In the meantime, hopefully someone will see your picture and recognize it, that's always nice :biggrin:


----------



## Bird dog (Oct 27, 2015)

FWIW find out who bought out Crouse Hinds.


----------



## macmikeman (Jan 23, 2007)

Can we get a why are we having to add the 5th jaw for that ?

I've had to install them in commercial 3 phase sockets in the past. 

Never on single phase sockets, even where 3 phase was supplying multifamily condo's and they alternate around the phases for supplying apartments. 
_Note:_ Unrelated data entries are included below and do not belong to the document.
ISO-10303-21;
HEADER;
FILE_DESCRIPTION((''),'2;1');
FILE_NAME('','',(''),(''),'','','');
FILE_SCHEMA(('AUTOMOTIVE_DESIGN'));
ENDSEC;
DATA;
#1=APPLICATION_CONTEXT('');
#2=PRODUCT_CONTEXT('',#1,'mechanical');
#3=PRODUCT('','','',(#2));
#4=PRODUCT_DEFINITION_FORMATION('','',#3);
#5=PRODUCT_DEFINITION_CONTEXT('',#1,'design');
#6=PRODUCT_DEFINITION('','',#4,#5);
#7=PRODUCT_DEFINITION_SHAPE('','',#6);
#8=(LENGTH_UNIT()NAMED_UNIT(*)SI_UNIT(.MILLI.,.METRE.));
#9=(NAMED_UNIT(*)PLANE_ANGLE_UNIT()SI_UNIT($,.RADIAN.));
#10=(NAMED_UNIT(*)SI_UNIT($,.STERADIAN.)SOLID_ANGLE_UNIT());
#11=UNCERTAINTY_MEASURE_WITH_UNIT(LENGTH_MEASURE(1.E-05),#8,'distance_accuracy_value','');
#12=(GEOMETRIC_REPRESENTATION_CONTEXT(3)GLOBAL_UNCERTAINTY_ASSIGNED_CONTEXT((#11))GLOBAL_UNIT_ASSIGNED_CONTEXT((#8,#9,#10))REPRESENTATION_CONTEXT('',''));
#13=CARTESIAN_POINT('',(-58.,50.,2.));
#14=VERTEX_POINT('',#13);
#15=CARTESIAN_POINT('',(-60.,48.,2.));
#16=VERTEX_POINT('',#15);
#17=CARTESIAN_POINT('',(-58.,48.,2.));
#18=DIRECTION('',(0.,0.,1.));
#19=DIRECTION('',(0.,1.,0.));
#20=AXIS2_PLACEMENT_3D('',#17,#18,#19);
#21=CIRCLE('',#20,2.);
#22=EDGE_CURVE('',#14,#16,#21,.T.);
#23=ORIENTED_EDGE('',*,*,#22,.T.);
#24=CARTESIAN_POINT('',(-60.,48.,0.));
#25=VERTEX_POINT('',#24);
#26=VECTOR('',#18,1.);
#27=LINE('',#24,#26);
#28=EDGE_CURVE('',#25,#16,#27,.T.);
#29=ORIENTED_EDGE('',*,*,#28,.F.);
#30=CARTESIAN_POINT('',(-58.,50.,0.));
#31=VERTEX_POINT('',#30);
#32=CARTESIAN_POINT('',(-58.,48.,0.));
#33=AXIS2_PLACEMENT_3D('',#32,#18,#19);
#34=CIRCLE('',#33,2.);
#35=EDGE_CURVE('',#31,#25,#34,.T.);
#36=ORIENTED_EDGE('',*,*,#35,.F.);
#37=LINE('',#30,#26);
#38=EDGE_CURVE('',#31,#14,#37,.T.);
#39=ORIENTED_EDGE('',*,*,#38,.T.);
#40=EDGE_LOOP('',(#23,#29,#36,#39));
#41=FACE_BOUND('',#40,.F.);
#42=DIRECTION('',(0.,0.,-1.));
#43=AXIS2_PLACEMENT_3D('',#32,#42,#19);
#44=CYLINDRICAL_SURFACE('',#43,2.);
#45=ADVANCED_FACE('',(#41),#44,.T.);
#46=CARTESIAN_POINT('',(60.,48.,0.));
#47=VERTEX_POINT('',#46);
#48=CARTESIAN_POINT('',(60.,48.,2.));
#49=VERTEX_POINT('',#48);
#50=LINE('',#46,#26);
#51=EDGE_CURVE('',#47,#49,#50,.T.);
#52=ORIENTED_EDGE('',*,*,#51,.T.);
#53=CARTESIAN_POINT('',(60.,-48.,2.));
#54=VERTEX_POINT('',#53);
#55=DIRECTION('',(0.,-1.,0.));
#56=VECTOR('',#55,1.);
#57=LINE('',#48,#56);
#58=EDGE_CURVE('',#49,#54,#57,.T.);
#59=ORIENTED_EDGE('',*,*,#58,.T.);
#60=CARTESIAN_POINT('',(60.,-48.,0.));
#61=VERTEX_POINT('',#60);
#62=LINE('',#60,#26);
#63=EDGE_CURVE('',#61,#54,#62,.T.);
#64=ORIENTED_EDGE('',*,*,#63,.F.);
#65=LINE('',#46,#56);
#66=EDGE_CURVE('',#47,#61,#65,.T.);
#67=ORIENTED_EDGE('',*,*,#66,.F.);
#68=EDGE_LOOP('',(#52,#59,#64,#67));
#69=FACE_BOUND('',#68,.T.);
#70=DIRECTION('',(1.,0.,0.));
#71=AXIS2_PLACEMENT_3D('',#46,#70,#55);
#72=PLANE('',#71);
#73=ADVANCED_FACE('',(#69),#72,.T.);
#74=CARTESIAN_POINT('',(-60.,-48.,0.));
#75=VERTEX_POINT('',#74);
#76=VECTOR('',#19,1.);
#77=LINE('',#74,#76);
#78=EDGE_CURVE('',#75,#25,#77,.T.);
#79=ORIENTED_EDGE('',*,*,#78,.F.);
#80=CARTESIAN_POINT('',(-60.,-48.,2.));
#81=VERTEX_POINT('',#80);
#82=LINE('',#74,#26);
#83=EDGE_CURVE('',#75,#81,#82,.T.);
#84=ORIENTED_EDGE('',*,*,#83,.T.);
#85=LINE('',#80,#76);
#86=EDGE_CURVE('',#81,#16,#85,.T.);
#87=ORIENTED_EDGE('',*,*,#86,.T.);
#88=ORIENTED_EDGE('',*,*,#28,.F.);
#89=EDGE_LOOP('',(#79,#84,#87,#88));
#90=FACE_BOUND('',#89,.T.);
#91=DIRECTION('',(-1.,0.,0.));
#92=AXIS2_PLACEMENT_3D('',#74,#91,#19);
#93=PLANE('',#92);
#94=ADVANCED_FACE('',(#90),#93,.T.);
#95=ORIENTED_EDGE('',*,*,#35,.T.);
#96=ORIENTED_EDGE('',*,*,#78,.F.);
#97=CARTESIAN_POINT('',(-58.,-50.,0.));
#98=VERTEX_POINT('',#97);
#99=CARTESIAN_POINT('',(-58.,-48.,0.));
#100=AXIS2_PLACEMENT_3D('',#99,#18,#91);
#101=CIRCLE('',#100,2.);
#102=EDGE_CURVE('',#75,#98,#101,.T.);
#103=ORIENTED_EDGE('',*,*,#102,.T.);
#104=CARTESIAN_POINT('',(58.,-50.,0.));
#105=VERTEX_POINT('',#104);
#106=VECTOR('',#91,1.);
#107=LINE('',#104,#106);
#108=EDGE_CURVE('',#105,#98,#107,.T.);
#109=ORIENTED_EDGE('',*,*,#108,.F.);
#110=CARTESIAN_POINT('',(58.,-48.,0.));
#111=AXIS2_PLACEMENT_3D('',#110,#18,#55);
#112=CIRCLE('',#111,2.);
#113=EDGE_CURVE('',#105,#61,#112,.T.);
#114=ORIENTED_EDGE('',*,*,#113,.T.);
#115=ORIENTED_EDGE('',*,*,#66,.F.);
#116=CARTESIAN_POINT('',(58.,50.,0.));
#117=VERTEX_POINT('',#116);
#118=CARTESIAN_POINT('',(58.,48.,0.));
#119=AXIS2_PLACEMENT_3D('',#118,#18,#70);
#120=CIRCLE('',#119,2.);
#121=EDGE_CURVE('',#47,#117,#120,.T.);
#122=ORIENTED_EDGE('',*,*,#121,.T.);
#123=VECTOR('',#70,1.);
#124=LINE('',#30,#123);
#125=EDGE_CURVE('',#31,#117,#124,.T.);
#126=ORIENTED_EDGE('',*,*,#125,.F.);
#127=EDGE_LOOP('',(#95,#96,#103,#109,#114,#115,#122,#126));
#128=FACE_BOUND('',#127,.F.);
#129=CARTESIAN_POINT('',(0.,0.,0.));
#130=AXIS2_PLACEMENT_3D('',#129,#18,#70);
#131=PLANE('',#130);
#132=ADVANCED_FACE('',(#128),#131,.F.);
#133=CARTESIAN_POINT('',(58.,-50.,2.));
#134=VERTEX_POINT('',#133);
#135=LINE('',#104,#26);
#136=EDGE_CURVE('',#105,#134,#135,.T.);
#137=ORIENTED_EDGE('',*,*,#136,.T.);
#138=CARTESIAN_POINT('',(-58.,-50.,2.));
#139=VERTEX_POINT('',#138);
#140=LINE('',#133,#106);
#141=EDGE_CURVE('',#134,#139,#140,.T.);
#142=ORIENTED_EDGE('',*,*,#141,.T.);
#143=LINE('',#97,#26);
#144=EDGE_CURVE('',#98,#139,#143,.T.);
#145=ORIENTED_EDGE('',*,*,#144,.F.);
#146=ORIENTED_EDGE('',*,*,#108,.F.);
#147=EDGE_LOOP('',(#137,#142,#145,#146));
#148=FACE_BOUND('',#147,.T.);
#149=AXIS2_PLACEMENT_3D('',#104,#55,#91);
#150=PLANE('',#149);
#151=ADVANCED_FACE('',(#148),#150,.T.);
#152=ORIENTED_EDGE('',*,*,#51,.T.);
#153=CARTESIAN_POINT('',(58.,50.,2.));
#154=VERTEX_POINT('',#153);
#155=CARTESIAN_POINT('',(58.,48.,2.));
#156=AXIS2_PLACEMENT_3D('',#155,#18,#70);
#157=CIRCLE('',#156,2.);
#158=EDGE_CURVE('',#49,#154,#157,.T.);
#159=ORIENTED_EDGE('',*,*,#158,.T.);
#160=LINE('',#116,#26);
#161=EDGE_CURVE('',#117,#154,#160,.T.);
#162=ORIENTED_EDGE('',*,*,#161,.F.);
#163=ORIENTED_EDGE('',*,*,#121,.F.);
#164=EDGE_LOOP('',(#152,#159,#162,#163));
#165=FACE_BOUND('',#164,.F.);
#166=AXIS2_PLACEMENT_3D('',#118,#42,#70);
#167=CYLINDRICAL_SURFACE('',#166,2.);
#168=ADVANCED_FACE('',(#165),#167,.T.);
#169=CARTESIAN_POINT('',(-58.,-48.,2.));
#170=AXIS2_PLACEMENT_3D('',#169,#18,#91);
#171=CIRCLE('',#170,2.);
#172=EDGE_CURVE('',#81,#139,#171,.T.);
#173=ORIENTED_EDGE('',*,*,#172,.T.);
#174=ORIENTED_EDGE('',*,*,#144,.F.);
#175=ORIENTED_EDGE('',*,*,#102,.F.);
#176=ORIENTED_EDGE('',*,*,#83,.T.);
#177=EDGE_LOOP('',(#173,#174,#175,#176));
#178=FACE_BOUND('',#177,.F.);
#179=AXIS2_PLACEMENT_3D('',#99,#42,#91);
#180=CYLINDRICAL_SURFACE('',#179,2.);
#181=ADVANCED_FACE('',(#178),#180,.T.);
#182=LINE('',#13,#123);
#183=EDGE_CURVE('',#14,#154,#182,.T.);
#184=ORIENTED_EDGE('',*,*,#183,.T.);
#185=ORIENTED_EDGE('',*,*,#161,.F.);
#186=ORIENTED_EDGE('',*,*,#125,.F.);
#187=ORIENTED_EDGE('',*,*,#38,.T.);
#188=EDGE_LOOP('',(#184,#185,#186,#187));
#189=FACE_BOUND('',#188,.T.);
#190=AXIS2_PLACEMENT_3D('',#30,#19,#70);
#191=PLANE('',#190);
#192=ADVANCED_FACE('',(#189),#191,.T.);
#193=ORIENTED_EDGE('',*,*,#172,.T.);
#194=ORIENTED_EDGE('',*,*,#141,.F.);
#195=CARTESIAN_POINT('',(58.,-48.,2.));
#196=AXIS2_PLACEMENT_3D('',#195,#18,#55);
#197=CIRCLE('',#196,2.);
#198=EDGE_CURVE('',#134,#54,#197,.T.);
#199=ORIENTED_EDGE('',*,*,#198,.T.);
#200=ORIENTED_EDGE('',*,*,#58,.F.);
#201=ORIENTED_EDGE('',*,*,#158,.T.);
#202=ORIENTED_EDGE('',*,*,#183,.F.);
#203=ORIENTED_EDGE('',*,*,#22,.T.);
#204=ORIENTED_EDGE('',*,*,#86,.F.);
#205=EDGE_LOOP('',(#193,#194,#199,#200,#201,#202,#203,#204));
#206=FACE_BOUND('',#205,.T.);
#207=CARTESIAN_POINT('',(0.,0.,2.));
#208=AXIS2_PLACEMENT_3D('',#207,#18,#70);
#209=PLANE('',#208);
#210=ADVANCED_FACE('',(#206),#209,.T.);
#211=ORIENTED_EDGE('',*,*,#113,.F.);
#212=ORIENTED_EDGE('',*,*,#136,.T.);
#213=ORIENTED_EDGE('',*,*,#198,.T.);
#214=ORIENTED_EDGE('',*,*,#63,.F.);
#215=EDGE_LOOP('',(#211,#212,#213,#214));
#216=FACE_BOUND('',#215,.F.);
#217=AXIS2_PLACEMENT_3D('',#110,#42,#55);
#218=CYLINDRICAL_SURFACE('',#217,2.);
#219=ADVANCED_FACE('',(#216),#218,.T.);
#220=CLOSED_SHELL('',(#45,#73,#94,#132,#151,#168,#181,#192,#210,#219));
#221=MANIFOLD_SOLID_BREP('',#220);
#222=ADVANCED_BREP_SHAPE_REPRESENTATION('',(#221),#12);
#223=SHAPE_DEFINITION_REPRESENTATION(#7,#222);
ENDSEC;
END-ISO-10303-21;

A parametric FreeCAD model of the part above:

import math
import FreeCAD as App
import Part
import Sketcher

V = App.Vector
Q = App.Units.Quantity

doc = App.newDocument("Part")
body = doc.addObject("PartDesign::Body", "Body")

# Sketch on XY plane
sketch1 = doc.addObject("Sketcher::SketchObject", "Sketch")
body.addObject(sketch1)
sketch1.AttachmentSupport = (doc.XY_Plane, [""])
sketch1.MapMode = "FlatFace"
sketch1.addGeometry(Part.LineSegment(V(58, 50, 0), V(-58, 50, 0)), False)
sketch1.addGeometry(Part.ArcOfCircle(Part.Circle(V(-58, 48, 0), V(0, 0, 1), 2), math.radians(90), math.radians(180)), False)
sketch1.addGeometry(Part.LineSegment(V(-60, 48, 0), V(-60, -48, 0)), False)
sketch1.addGeometry(Part.ArcOfCircle(Part.Circle(V(-58, -48, 0), V(0, 0, 1), 2), math.radians(180), math.radians(270)), False)
sketch1.addGeometry(Part.LineSegment(V(-58, -50, 0), V(58, -50, 0)), False)
sketch1.addGeometry(Part.ArcOfCircle(Part.Circle(V(58, -48, 0), V(0, 0, 1), 2), math.radians(-90), math.radians(0)), False)
sketch1.addGeometry(Part.LineSegment(V(60, -48, 0), V(60, 48, 0)), False)
sketch1.addGeometry(Part.ArcOfCircle(Part.Circle(V(58, 48, 0), V(0, 0, 1), 2), math.radians(0), math.radians(90)), False)
sketch1.addConstraint(Sketcher.Constraint("Tangent", 0, 2, 1, 1))
sketch1.addConstraint(Sketcher.Constraint("Tangent", 1, 2, 2, 1))
sketch1.addConstraint(Sketcher.Constraint("Tangent", 2, 2, 3, 1))
sketch1.addConstraint(Sketcher.Constraint("Tangent", 3, 2, 4, 1))
sketch1.addConstraint(Sketcher.Constraint("Tangent", 4, 2, 5, 1))
sketch1.addConstraint(Sketcher.Constraint("Tangent", 5, 2, 6, 1))
sketch1.addConstraint(Sketcher.Constraint("Tangent", 6, 2, 7, 1))
sketch1.addConstraint(Sketcher.Constraint("Tangent", 7, 2, 0, 1))
sketch1.addConstraint(Sketcher.Constraint("Horizontal", 0))
sketch1.addConstraint(Sketcher.Constraint("Vertical", 2))
sketch1.addConstraint(Sketcher.Constraint("Horizontal", 4))
sketch1.addConstraint(Sketcher.Constraint("Vertical", 6))
sketch1.addConstraint(Sketcher.Constraint("Equal", 1, 3))
sketch1.addConstraint(Sketcher.Constraint("Equal", 3, 5))
sketch1.addConstraint(Sketcher.Constraint("Equal", 5, 7))
sketch1.addConstraint(Sketcher.Constraint("Symmetric", 1, 3, 5, 3, -1, 1))
sketch1.addConstraint(Sketcher.Constraint("Radius", 1, Q("2 mm")))
sketch1.addConstraint(Sketcher.Constraint("DistanceY", 3, 2, 0, 2, Q("100 mm")))
sketch1.addConstraint(Sketcher.Constraint("DistanceX", 0, 2, 0, 1, Q("116 mm")))
pad1 = doc.addObject("PartDesign::Pad", "Pad")
body.addObject(pad1)
pad1.Profile = sketch1
pad1.Length = 2

doc.recompute()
Is it for a smart meter install?


----------



## Ctsparky93 (Sep 17, 2016)

The power company is upgrading meters. The service on the house is 120/208v they said their new meter required a 5th jaw because it’s a 120/208v service


Sent from my iPhone using Tapatalk


----------



## frenchelectrican (Mar 15, 2007)

Ctsparky93 said:


> The power company is upgrading meters. The service on the house is 120/208v they said their new meter required a 5th jaw because it’s a 120/208v service
> 
> 
> Sent from my iPhone using Tapatalk


Very common with 120/208 single phase network system and be aware of your POCO with 5th jaw location some at 9 o clock postion and some at 6 and some at 3 o clock postion so please check with them for the latest specs on that.


----------



## Bird dog (Oct 27, 2015)

Ctsparky93 said:


> The power company is upgrading meters. The service on the house is 120/208v they said their new meter required a 5th jaw because it’s a 120/208v service
> 
> 
> Sent from my iPhone using Tapatalk


Who owns the meter can?


----------



## frenchelectrican (Mar 15, 2007)

Bird dog said:


> Who owns the meter can?


In most case the customer own that can but few locations the POCO own it but majorty of the time POCO deal with meter itself but anything else no., just the meter and anything before the POA ( point of attachment ) on overhead system but underground latheal runs typically POCO own it but meter riser can unit for UG verison the customer own it. 

See the POCO green book or POCO regulation book for more details.


----------



## Ctsparky93 (Sep 17, 2016)

Like French said around my locations all meter cans are costumer owned. Eversource is the supplier.


Sent from my iPhone using Tapatalk


----------



## Norcal (Mar 22, 2007)

Bird dog said:


> FWIW find out who bought out Crouse Hinds.





Crouse-Hinds was Murray before they were Crouse-Hinds, Siemens bought them & they are Murray again, but how much support you are going to get for it is anyone's guess.


----------



## Metermanuno (May 25, 2021)

if it's gonna be 120-120-208 only, its got to be a 12S meter which is a 5th jaw at the 9 o clock position. If only a single phase 4 jaw meter was placed there, they would only be billed 85%. If you only have a regular 4 jaw meter base installed, an adapter that plugs in will turn a 1 phase 4 jaw into a 5 jaw. Look up a Brooks Utility LP 5J4B SP4437. Not to be confused with a form 3s meter which is a ct meter for 120/240 single phase.


----------